В возбужденном мозгу доктора проносились картины этих и тысячи других триумфов, блестящих, удивительных, потрясающих, ошеломляющих. Перед ним открывался новый сказочный мир, мир красоты и гармонии. Он видел его так ясно и реально, что стоило сделать только шаг… Но все это станет возможным, если у него появятся те пять-шесть тысяч дуро, которые принесет с собой донья Констансия де Бобадилья. «Однако я не женюсь на ней, – продолжал доктор, – если она не полюбит меня или окажется недостаточно хороша собой и бесталанна. Ни за что не женюсь: пусть лучше гибнут все мои мечты и надежды. Ведь люди должны понимать, что я могу жениться только по любви, а не по расчету».

Так рассуждал доктор, обманывая себя, придумывая безвыходные положения, а потом все же преодолевая их. То есть он поступал, как все люди. И получал от этого удовольствие. Наверное, каждому из вас представлялась такая картина: полдюжины врагов нападают на вас, вы геройски принимаете вызов и повергаете противника в прах. На самом же деле бывает достаточно и одного врага, чтобы многие из вас обратились в бегство. Самые скромные белошвейки и судомойки глубоко убеждены, что сам Крез, положивший к их ногам полмира, не мог бы соблазнить их. И только богу известно, с какой легкостью улетучивается обычно их гордая неприступность.

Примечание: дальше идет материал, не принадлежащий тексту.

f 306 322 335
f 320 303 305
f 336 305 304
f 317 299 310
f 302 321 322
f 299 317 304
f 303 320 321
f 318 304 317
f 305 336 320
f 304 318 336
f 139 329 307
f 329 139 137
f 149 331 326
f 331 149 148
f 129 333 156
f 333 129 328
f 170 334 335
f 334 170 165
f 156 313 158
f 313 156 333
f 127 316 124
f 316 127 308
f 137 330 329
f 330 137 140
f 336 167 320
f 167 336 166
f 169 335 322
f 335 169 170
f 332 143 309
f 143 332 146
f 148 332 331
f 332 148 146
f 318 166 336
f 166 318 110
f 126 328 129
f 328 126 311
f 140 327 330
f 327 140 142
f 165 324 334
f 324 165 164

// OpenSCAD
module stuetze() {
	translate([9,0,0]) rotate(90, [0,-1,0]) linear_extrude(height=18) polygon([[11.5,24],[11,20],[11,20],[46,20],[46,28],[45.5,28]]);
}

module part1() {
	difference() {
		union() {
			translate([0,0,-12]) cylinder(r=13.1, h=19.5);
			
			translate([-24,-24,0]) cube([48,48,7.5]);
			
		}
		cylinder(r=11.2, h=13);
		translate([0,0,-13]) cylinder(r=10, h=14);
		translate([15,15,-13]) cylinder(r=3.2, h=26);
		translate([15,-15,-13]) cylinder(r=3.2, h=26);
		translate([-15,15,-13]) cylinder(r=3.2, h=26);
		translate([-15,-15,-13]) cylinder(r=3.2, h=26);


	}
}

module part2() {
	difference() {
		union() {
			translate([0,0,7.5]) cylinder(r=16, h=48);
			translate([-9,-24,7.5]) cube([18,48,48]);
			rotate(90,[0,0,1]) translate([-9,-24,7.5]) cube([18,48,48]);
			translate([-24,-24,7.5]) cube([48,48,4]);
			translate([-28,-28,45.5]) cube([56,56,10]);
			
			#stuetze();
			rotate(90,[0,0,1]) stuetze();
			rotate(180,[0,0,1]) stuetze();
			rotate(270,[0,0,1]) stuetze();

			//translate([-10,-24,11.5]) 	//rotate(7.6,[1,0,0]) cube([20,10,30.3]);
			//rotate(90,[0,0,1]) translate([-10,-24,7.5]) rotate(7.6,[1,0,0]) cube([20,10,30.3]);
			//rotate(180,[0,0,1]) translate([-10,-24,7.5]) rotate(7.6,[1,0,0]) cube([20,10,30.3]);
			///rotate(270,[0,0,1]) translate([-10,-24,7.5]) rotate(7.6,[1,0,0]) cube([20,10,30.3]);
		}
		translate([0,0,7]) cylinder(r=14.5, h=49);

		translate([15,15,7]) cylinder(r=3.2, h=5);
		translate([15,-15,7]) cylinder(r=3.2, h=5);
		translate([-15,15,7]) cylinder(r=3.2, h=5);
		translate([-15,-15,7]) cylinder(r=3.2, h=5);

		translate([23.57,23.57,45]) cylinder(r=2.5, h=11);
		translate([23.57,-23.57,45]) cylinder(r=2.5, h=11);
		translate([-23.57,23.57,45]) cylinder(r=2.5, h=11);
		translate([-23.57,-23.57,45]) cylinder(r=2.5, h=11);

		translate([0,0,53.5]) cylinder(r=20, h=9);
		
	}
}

Доктор прекрасно знал, что Констансия хороша собой, поэтому ему не нужно было ни великодушничать, ни проявлять геройство, если бы дело дошло до женитьбы на этой действительно красивой девушке. Однако то, что нынче называется «пускать пыль в глаза», используется не только для того, чтобы ослеплять других, но и себя самого, чтобы создать впечатление о своих собственных достоинствах и совершенствах, к своему же собственному удовольствию.

Внутренний монолог доктора стал еще более откровенным, прямым и значительным, когда он продолжал: «А если Констансия меня не полюбит? Я могу показаться ей малоприятным, скучным, неостроумным, она может не оценить мою душу и не поверить в мое будущее. И что, если, несмотря на все это, я влюблюсь в нее? Тогда я должен буду ее убить. Но чем она виновата, если я ей не понравлюсь? У меня нет права не только убить женщину, которая меня отвергла, но даже возненавидеть ее. Это будет ужасно, и я не знаю, что мне тогда делать. Я ослушаюсь матушку и поеду в Мадрид как есть, без всяких средств, наудачу, буду бороться и не отступлюсь, пока не завоюю славу, деньги и почет, пока не докажу Констансии, что я достоин ее, что мне не нужны ее деньги, что я не пустой мечтатель. Я готов ехать в Мадрид хоть сейчас, прямо через Толедские ворота, со всем своим скарбом, с мулами, с печеньями, вареньями и прочей снедью. Там они не залежатся».

И тем не менее доктор продолжал ехать следом за Респетильей в селение, где жила его тетка Арасели, а мысль о Мадриде мелькнула у него в голове и исчезла.

«Итак, – продолжал доктор, – если Констансия меня не полюбит, а я ее полюблю, то я совершу нечто великое, героическое, удивлю весь мир своими подвигами и завоюю ее холодное сердце. Разве может она полюбить меня теперь, когда я безвестен и неприметен? Но едва ли она останется равнодушной и бесстрастной, увидев, как я, увенчанный лаврами, иду сквозь расступающуюся толпу, когда имя мое будет вписано золотыми буквами в книгу Истории».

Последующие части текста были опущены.